Some of Keate's poems are in George Pearch's Collection, iii. 269–74; and he wrote prologues and epilogues for the dramatic representations at Newcome's School in Hackney, besides adapting Voltaire's Sémiramis for the stage. Keate also contributed "Observations on some Roman Earthenware" to Archæologia. vi. 125–9.
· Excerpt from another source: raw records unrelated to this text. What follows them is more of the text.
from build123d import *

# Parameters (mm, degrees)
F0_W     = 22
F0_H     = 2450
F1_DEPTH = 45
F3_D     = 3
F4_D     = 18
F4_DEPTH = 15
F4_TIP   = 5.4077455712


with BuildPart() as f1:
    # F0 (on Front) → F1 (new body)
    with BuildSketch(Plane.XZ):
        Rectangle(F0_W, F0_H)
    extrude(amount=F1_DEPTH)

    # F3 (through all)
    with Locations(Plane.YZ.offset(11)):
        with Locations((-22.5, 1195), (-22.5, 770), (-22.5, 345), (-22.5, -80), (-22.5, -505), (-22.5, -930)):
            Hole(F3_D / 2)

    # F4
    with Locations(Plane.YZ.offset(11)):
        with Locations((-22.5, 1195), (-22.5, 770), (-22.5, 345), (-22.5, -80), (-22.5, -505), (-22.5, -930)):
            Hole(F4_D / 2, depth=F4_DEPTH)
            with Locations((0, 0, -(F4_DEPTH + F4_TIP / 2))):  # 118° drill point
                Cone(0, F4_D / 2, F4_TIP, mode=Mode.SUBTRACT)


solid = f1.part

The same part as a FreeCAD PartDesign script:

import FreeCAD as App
import Part
import Sketcher

V = App.Vector
Q = App.Units.Quantity


def add_polygon(sketch, points):
    """Adds a closed chain of lines whose ends are joined by coincident constraints."""
    first, n = sketch.GeometryCount, len(points)
    for a, b in zip(points, points[1:] + points[:1]):
        sketch.addGeometry(Part.LineSegment(App.Vector(*a, 0), App.Vector(*b, 0)), False)
    for i in range(n):
        sketch.addConstraint(Sketcher.Constraint("Coincident", first + i, 2, first + (i + 1) % n, 1))

doc = App.newDocument("Part")
params = doc.addObject("Spreadsheet::Sheet", "Params")
for row, (alias, value) in enumerate([
    ("sketch1_width", "22 mm"),
    ("sketch1_height", "2450 mm"),
    ("pad1_length", "45 mm"),
    ("sketch2_diameter", "3 mm"),
    ("hole_diameter", "3 mm"),
    ("sketch3_diameter", "18 mm"),
    ("hole2_diameter", "18 mm"),
    ("hole2_depth", "15 mm"),
], start=1):
    params.set(f"A{row}", alias)
    params.set(f"B{row}", "=" + value)
    params.setAlias(f"B{row}", alias)

body = doc.addObject("PartDesign::Body", "Body")

# Sketch on XZ plane
sketch1 = body.newObject("Sketcher::SketchObject", "Sketch")
sketch1.AttachmentSupport = (doc.getObject("XZ_Plane"), [""])
sketch1.MapMode = "FlatFace"
add_polygon(sketch1, [(-11, 1225), (-11, -1225), (11, -1225), (11, 1225)])  # lines 0-3
sketch1.addConstraint([
    Sketcher.Constraint("Vertical", 0),
    Sketcher.Constraint("Horizontal", 1),
    Sketcher.Constraint("Vertical", 2),
    Sketcher.Constraint("Horizontal", 3),
    Sketcher.Constraint("Symmetric", 0, 2, 2, 2, -1, 1),
    Sketcher.Constraint("DistanceX", 1, 1, 1, 2, Q("22 mm")),
    Sketcher.Constraint("DistanceY", 0, 2, 0, 1, Q("2450 mm")),
])
sketch1.setExpression("Constraints[9]", "Params.sketch1_width")
sketch1.setExpression("Constraints[10]", "Params.sketch1_height")
pad1 = body.newObject("PartDesign::Pad", "Pad")
pad1.Profile = sketch1
pad1.setExpression("Length", "Params.pad1_length")

# Sketch on YZ plane
sketch2 = body.newObject("Sketcher::SketchObject", "Sketch001")
sketch2.AttachmentSupport = (doc.getObject("YZ_Plane"), [""])
sketch2.MapMode = "FlatFace"
sketch2.AttachmentOffset = App.Placement(V(0, 0, 11), App.Rotation())
sketch2.addGeometry([
    Part.Circle(V(-22.5, 1195, 0), V(0, 0, 1), 1.5),  # 0
    Part.Circle(V(-22.5, 770, 0), V(0, 0, 1), 1.5),  # 1
    Part.Circle(V(-22.5, 345, 0), V(0, 0, 1), 1.5),  # 2
    Part.Circle(V(-22.5, -80, 0), V(0, 0, 1), 1.5),  # 3
    Part.Circle(V(-22.5, -505, 0), V(0, 0, 1), 1.5),  # 4
    Part.Circle(V(-22.5, -930, 0), V(0, 0, 1), 1.5),  # 5
], False)
sketch2.addConstraint([
    Sketcher.Constraint("Equal", 0, 1),
    Sketcher.Constraint("Equal", 1, 2),
    Sketcher.Constraint("Equal", 2, 3),
    Sketcher.Constraint("Equal", 3, 4),
    Sketcher.Constraint("Equal", 4, 5),
    Sketcher.Constraint("Vertical", 0, 3, 1, 3),
    Sketcher.Constraint("Vertical", 1, 3, 2, 3),
    Sketcher.Constraint("Vertical", 2, 3, 3, 3),
    Sketcher.Constraint("Vertical", 3, 3, 4, 3),
    Sketcher.Constraint("Vertical", 4, 3, 5, 3),
    Sketcher.Constraint("Diameter", 0, Q("3 mm")),
    Sketcher.Constraint("DistanceY", -1, 1, 0, 3, Q("1195 mm")),
    Sketcher.Constraint("DistanceY", -1, 1, 1, 3, Q("770 mm")),
    Sketcher.Constraint("DistanceY", -1, 1, 2, 3, Q("345 mm")),
    Sketcher.Constraint("DistanceY", 3, 3, -1, 1, Q("80 mm")),
    Sketcher.Constraint("DistanceY", 4, 3, -1, 1, Q("505 mm")),
    Sketcher.Constraint("DistanceY", 5, 3, -1, 1, Q("930 mm")),
    Sketcher.Constraint("DistanceX", 0, 3, -1, 1, Q("22.5 mm")),
])
sketch2.setExpression("Constraints[10]", "Params.sketch2_diameter")
doc.recompute()
hole = body.newObject("PartDesign::Hole", "Hole")
hole.Profile = sketch2
hole.ThreadType = "None"
hole.setExpression("Diameter", "Params.hole_diameter")
hole.DepthType = "ThroughAll"

# Sketch on YZ plane
sketch3 = body.newObject("Sketcher::SketchObject", "Sketch002")
sketch3.AttachmentSupport = (doc.getObject("YZ_Plane"), [""])
sketch3.MapMode = "FlatFace"
sketch3.AttachmentOffset = App.Placement(V(0, 0, 11), App.Rotation())
sketch3.addGeometry([
    Part.Circle(V(-22, 1195, 0), V(0, 0, 1), 9),  # 0
    Part.Circle(V(-22, 770, 0), V(0, 0, 1), 9),  # 1
    Part.Circle(V(-22, 345, 0), V(0, 0, 1), 9),  # 2
    Part.Circle(V(-22, -80, 0), V(0, 0, 1), 9),  # 3
    Part.Circle(V(-22, -505, 0), V(0, 0, 1), 9),  # 4
    Part.Circle(V(-22, -930, 0), V(0, 0, 1), 9),  # 5
], False)
sketch3.addConstraint([
    Sketcher.Constraint("Equal", 0, 1),
    Sketcher.Constraint("Equal", 1, 2),
    Sketcher.Constraint("Equal", 2, 3),
    Sketcher.Constraint("Equal", 3, 4),
    Sketcher.Constraint("Equal", 4, 5),
    Sketcher.Constraint("Vertical", 0, 3, 1, 3),
    Sketcher.Constraint("Vertical", 1, 3, 2, 3),
    Sketcher.Constraint("Vertical", 2, 3, 3, 3),
    Sketcher.Constraint("Vertical", 3, 3, 4, 3),
    Sketcher.Constraint("Vertical", 4, 3, 5, 3),
    Sketcher.Constraint("Diameter", 0, Q("18 mm")),
    Sketcher.Constraint("DistanceY", -1, 1, 0, 3, Q("1195 mm")),
    Sketcher.Constraint("DistanceY", -1, 1, 1, 3, Q("770 mm")),
    Sketcher.Constraint("DistanceY", -1, 1, 2, 3, Q("345 mm")),
    Sketcher.Constraint("DistanceY", 3, 3, -1, 1, Q("80 mm")),
    Sketcher.Constraint("DistanceY", 4, 3, -1, 1, Q("505 mm")),
    Sketcher.Constraint("DistanceY", 5, 3, -1, 1, Q("930 mm")),
    Sketcher.Constraint("DistanceX", 0, 3, -1, 1, Q("22.5 mm")),
])
sketch3.setExpression("Constraints[10]", "Params.sketch3_diameter")
doc.recompute()
hole2 = body.newObject("PartDesign::Hole", "Hole001")
hole2.Profile = sketch3
hole2.ThreadType = "None"
hole2.setExpression("Diameter", "Params.hole2_diameter")
hole2.DepthType = "Dimension"
hole2.setExpression("Depth", "Params.hole2_depth")
hole2.DrillPoint = "Angled"
hole2.DrillPointAngle = 118

doc.recompute()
Between 1766 and 1789 Keate exhibited six pictures at the Society of Artists and thirty at the Royal Academy. His correspondence with Voltaire and Edward Young went to the British Museum and are now part of the British Library collections (Add MSS 30991–30992).

==Family==
Keate married in February 1769 Jane Catharine, daughter of Joseph Hudson, who had been Dutch consul at Tunis, and only sister of Sir Charles Grave Hudson, bart., of Wanlip, Leicestershire. Their issue was one daughter, Georgiana Jane Keate afterwards Mrs. Henderson (1770–1850), who exhibited four pictures at the Society of Artists in 1791, and painted from memory a portrait of Prince Lee Boo, fifteen months after his death, for her father's account of the Pelew islands. She married, on 9 June 1796, John Henderson, B.C.L. (1764–1843), of Adelphi Terrace, London, one of the early patrons of Thomas Girtin and J. M. W. Turner, and himself an amateur artist. Their children were Charles Cooper Henderson, John Henderson, and three daughters, who died unmarried. There are portraits of the mother by Angelica Kauffman and John Russell, R.A. She died 8 January 1850, and was buried in her husband's grave at Kensal Green Cemetery.